Materials provided Start Marker
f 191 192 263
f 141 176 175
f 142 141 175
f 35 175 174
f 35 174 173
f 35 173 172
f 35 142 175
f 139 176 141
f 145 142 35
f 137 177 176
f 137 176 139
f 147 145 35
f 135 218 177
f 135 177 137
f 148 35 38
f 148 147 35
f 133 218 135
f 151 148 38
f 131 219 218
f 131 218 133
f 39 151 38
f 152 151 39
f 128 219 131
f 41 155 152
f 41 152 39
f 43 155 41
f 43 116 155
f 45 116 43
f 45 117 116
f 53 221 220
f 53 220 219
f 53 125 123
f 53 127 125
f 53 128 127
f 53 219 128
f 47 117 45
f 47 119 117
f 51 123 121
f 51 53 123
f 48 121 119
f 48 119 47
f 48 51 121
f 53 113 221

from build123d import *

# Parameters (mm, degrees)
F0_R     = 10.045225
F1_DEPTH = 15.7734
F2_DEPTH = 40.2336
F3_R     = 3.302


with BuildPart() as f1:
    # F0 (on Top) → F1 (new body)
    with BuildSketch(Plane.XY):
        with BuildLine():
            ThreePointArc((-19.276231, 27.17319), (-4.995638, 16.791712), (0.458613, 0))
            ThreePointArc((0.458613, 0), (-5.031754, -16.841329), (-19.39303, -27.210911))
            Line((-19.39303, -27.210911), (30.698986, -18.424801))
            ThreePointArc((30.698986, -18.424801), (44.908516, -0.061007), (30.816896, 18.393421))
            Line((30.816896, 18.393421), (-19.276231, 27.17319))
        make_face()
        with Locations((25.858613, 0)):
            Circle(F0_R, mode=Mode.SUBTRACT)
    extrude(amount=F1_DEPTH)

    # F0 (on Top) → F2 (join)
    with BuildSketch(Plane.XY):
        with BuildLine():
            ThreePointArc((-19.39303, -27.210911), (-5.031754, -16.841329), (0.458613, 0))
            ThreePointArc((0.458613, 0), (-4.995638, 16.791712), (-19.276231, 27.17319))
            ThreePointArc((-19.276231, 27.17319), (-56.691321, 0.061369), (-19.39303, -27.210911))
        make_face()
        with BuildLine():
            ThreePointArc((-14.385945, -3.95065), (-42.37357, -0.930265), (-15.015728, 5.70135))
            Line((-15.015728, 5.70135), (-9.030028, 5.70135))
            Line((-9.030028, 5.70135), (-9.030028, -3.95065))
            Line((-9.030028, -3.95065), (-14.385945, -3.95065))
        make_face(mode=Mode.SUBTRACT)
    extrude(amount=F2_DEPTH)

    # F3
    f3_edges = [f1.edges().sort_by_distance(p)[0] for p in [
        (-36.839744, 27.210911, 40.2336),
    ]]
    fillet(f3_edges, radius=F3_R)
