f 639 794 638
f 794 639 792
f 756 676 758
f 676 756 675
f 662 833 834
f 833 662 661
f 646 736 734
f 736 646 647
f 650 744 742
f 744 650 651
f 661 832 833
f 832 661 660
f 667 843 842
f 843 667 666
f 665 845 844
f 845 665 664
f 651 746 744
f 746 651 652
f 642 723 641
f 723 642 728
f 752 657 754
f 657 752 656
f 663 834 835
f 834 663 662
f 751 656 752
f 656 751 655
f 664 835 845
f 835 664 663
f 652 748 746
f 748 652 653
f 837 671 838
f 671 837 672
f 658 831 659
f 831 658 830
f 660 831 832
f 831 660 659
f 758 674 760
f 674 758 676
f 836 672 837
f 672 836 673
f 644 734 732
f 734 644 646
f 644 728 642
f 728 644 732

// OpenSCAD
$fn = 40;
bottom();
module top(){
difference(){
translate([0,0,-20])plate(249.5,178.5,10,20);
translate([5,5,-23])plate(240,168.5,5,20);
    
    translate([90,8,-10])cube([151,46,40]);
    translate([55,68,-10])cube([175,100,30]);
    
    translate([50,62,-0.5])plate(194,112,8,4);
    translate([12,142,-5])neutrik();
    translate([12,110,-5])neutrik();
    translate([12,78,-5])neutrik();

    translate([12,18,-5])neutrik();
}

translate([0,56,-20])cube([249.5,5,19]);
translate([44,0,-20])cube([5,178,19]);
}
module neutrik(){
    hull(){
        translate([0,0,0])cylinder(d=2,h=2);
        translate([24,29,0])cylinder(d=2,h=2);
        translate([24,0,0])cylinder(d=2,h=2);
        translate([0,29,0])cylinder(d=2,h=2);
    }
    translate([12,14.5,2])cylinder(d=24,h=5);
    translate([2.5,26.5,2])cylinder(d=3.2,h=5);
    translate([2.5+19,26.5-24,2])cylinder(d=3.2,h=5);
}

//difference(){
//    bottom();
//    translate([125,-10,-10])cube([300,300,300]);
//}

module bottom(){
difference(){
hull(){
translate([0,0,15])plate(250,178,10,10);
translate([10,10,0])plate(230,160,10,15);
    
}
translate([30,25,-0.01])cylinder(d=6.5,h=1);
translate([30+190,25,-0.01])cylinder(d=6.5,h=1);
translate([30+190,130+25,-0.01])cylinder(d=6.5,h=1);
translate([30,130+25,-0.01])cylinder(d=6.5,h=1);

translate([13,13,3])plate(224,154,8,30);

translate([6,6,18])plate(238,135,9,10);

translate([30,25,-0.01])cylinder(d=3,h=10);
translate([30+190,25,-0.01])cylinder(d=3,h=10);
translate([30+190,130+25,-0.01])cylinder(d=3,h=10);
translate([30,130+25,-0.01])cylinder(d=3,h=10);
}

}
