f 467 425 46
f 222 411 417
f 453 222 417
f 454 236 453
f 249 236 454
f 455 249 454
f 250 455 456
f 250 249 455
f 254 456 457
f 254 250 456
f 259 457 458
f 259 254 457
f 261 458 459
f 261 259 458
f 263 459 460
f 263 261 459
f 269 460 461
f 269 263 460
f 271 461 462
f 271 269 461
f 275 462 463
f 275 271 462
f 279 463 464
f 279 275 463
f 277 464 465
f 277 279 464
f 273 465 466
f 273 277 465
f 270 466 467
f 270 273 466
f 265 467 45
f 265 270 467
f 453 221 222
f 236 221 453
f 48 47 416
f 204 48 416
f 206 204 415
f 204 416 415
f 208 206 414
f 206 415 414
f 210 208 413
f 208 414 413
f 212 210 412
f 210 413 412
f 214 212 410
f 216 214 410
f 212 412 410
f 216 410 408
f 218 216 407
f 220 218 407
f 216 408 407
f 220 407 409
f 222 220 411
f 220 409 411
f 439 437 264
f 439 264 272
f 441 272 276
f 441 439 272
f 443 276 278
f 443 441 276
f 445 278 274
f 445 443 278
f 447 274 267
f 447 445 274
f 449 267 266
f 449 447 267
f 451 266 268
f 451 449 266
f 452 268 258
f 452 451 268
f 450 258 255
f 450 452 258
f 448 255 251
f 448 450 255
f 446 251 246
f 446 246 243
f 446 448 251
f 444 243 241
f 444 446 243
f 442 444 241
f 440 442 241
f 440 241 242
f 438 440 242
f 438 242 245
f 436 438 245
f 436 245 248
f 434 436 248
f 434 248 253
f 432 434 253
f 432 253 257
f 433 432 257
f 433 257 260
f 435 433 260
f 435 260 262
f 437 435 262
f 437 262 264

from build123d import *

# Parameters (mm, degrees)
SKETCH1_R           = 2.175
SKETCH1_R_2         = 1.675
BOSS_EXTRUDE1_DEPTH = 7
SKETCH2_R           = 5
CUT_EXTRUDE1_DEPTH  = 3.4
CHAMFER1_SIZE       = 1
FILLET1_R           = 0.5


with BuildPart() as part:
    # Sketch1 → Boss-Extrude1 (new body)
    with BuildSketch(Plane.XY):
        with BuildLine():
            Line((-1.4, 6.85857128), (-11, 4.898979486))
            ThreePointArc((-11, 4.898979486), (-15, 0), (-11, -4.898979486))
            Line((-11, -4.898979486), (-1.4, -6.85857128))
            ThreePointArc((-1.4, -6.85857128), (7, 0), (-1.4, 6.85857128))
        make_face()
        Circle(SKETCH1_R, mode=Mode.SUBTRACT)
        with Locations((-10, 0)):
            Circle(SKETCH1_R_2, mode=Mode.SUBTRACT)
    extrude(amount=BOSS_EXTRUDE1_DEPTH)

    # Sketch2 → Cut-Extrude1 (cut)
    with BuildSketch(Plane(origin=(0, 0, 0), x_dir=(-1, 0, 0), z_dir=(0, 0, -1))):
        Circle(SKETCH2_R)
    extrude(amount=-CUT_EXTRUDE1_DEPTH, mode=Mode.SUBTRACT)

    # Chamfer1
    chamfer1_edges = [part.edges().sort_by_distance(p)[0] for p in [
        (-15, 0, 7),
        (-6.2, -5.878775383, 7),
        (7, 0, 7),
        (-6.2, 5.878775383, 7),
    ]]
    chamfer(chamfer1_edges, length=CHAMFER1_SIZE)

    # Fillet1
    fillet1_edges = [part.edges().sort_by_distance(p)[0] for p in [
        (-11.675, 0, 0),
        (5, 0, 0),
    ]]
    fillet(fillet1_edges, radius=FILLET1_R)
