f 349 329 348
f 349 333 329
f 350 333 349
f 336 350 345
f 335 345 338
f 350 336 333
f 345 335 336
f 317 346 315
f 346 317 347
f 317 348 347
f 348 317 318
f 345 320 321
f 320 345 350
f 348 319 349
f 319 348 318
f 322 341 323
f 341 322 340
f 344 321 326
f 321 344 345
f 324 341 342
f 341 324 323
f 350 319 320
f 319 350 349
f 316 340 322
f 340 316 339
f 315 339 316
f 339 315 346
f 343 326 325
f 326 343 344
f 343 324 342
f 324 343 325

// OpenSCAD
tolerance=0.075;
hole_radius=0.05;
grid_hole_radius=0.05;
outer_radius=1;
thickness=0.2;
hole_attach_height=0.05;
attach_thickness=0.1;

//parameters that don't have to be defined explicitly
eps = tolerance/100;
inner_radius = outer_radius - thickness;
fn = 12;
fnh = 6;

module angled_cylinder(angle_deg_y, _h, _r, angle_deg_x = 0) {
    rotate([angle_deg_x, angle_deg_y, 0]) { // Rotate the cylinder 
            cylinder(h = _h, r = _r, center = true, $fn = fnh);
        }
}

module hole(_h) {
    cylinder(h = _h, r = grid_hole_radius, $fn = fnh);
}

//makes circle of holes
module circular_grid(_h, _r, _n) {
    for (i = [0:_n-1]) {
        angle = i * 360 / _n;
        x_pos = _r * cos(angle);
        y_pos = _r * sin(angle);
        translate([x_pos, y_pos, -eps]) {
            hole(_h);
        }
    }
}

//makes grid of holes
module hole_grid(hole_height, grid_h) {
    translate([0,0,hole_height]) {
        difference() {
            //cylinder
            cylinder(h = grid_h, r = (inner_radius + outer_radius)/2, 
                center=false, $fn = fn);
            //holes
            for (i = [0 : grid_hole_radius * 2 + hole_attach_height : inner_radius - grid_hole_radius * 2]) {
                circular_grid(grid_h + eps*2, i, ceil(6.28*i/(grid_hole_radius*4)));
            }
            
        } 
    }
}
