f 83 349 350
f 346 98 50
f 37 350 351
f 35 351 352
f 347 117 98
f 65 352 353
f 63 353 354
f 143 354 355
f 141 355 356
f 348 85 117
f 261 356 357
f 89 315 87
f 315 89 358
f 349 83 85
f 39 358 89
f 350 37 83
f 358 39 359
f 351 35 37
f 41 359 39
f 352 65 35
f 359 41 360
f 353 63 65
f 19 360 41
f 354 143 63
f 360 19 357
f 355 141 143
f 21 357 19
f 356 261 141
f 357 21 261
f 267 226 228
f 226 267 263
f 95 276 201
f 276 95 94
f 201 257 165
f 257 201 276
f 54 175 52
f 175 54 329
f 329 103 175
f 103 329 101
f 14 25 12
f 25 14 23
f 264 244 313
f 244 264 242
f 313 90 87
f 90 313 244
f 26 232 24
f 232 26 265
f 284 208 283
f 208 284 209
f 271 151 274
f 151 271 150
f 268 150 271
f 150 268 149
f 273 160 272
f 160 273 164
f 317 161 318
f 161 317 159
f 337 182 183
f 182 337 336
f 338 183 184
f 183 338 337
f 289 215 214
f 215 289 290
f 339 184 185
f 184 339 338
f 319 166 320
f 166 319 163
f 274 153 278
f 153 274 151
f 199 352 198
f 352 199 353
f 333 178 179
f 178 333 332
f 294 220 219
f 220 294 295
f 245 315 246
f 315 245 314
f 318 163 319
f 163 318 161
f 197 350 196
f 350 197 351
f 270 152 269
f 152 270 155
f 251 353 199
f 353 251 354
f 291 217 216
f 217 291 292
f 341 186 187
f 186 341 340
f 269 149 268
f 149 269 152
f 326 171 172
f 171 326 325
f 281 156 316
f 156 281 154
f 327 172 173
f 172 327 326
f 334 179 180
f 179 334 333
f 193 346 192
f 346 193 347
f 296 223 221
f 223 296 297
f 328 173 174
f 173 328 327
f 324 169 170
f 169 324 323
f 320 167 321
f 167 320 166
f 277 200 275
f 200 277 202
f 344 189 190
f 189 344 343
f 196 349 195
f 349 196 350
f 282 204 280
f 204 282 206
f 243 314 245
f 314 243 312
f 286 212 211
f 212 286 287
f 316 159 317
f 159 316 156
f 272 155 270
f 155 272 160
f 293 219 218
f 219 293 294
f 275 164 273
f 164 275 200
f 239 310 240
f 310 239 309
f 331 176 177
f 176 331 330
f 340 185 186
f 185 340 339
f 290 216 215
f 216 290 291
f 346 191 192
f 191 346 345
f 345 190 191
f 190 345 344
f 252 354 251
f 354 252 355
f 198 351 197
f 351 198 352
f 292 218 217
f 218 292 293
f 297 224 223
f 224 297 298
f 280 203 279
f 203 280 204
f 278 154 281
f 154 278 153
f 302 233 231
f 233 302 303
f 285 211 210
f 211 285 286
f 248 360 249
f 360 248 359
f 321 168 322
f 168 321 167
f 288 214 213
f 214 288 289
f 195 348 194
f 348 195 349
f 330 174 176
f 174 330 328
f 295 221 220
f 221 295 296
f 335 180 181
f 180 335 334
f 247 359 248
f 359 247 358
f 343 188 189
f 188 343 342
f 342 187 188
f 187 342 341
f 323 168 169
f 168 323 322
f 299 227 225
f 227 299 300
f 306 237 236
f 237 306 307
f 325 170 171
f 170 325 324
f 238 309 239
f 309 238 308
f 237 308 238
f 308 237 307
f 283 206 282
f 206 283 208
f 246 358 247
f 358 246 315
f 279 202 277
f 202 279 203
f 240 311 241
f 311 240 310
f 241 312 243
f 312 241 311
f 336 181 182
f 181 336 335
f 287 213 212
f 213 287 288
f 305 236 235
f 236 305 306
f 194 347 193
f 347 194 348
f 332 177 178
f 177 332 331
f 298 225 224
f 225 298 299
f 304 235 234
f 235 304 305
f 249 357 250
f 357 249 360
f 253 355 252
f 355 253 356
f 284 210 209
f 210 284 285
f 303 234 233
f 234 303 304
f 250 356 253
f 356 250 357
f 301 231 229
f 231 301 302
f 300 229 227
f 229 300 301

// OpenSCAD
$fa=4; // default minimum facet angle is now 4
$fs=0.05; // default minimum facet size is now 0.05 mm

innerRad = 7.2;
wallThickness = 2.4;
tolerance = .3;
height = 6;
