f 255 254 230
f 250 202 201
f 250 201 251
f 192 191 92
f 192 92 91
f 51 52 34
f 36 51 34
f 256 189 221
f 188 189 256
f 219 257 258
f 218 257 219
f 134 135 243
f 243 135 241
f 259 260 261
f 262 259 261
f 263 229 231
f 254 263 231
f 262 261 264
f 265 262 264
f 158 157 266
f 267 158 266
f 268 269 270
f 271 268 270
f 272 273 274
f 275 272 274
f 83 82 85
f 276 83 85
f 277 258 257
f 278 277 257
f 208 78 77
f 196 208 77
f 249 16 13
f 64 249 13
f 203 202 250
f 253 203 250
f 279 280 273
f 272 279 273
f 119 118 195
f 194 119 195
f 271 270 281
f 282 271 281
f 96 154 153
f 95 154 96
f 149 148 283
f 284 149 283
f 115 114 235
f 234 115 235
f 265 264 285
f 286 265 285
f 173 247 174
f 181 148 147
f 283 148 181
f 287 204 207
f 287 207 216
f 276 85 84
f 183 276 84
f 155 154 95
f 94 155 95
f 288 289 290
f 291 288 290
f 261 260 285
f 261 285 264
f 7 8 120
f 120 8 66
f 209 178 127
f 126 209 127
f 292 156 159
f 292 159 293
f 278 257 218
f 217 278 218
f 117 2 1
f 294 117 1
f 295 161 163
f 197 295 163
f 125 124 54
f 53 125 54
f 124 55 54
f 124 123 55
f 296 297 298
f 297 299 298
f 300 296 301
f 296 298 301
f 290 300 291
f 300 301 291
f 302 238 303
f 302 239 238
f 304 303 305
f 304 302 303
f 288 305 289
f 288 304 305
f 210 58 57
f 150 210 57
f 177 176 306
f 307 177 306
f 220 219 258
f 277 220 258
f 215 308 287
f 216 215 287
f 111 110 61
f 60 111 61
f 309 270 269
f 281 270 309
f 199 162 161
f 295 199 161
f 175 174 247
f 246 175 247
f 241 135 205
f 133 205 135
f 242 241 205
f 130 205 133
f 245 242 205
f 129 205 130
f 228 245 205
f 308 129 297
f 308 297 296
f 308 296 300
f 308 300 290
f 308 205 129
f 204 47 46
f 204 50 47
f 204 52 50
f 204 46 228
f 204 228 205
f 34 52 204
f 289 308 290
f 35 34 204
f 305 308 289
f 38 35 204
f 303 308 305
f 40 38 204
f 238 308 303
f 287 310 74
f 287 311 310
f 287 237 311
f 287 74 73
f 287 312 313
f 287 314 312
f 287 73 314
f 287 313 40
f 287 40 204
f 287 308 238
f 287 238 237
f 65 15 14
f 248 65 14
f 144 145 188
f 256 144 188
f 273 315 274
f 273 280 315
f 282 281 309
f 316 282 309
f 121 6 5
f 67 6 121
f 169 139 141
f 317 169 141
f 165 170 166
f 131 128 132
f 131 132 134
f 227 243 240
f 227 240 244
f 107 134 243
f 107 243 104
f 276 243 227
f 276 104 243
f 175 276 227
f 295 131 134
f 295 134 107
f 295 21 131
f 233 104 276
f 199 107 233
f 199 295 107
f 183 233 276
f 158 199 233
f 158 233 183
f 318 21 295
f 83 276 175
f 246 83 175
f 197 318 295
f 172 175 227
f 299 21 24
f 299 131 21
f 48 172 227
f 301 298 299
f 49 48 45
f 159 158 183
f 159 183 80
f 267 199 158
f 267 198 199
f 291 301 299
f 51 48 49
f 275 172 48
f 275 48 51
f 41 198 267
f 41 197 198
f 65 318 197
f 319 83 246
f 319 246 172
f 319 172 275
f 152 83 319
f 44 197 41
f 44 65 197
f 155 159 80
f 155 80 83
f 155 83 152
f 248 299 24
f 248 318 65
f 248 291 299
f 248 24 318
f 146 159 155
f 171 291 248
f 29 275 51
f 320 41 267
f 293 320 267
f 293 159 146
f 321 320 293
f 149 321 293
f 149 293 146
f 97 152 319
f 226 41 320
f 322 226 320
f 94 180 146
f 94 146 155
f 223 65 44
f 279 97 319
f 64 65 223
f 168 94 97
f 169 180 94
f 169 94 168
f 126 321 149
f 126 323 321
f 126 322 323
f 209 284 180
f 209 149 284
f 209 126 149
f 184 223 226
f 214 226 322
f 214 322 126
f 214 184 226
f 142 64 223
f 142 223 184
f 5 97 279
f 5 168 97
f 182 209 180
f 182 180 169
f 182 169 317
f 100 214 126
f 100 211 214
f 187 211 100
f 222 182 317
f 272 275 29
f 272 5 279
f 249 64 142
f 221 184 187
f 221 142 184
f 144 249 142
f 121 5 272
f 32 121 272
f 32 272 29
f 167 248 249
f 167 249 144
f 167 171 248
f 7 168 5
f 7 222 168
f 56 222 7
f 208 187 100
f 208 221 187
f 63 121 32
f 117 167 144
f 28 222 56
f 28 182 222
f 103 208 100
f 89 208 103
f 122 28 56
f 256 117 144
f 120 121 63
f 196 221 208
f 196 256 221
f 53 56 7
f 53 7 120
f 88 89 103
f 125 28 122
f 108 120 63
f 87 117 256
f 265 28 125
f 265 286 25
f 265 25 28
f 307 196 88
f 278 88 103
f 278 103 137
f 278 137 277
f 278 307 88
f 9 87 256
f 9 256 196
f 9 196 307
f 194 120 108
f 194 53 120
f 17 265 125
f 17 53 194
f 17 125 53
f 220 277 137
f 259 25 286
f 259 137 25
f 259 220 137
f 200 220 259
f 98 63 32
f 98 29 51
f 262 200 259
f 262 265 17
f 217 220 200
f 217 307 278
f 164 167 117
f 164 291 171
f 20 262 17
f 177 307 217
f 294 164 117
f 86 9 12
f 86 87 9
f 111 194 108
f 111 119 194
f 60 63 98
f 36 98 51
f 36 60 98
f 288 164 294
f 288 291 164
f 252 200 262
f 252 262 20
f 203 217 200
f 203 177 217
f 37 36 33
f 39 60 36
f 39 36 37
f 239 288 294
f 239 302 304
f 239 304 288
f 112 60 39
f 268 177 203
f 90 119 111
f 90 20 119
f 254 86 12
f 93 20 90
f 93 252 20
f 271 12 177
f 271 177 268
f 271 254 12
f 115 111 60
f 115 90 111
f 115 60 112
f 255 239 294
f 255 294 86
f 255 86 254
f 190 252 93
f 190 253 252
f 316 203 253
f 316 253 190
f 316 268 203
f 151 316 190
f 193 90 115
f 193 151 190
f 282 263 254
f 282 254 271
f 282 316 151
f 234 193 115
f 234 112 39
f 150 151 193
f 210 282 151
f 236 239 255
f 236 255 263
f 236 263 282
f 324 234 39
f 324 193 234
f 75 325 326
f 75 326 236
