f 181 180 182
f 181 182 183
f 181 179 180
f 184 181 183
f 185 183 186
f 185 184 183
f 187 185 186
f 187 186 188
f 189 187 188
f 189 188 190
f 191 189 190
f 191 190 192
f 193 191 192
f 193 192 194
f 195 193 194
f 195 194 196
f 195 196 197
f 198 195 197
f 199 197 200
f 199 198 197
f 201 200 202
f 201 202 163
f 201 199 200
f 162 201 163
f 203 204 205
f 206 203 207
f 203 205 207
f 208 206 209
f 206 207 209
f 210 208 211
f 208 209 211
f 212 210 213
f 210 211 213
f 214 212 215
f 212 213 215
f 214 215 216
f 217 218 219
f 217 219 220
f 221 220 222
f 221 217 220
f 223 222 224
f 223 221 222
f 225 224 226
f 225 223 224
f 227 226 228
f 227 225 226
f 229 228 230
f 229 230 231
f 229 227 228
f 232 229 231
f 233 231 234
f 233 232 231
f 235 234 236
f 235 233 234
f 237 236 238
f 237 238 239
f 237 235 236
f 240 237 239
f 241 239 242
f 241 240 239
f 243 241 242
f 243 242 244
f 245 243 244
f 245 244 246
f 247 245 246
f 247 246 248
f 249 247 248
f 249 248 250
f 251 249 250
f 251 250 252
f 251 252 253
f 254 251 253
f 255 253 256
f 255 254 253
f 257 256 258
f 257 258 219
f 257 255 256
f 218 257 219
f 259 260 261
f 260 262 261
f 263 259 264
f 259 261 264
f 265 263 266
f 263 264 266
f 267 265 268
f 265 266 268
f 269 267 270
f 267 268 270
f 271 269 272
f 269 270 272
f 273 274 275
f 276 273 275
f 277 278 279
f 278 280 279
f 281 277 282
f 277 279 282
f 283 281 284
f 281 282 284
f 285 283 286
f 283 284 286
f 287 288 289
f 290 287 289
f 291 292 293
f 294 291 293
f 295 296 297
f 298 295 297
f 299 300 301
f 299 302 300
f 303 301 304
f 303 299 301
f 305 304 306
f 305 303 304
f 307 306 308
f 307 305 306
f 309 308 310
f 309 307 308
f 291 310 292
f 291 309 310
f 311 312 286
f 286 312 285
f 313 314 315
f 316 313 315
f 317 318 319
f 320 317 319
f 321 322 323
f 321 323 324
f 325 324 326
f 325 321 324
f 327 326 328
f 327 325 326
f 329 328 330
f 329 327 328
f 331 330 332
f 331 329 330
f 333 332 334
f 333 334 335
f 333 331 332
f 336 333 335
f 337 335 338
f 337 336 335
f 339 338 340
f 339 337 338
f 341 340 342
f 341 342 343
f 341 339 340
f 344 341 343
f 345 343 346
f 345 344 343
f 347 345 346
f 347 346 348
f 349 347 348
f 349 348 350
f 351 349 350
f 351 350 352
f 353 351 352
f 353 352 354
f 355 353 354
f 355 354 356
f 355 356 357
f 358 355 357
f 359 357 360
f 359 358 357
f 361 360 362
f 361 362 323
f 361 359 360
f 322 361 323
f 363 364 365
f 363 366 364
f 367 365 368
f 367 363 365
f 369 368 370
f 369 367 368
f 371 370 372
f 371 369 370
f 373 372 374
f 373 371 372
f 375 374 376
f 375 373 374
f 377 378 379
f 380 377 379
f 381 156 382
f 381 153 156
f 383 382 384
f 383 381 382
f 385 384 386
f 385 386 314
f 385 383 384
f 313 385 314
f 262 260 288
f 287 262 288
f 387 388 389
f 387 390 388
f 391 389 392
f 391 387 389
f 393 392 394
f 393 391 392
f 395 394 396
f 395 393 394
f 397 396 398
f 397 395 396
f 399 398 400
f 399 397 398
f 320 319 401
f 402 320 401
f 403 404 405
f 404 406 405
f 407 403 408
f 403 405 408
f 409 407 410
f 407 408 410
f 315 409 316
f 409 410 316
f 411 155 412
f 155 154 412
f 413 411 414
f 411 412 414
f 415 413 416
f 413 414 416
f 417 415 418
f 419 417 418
Materials provided End Marker
Required work:
Your reply should be an exact copy of every line from the line with "f 395 393 394" through the final line of the data, and nothing more.

Exercise answer:
f 395 393 394
f 397 396 398
f 397 395 396
f 399 398 400
f 399 397 398
f 320 319 401
f 402 320 401
f 403 404 405
f 404 406 405
f 407 403 408
f 403 405 408
f 409 407 410
f 407 408 410
f 315 409 316
f 409 410 316
f 411 155 412
f 155 154 412
f 413 411 414
f 411 412 414
f 415 413 416
f 413 414 416
f 417 415 418
f 419 417 418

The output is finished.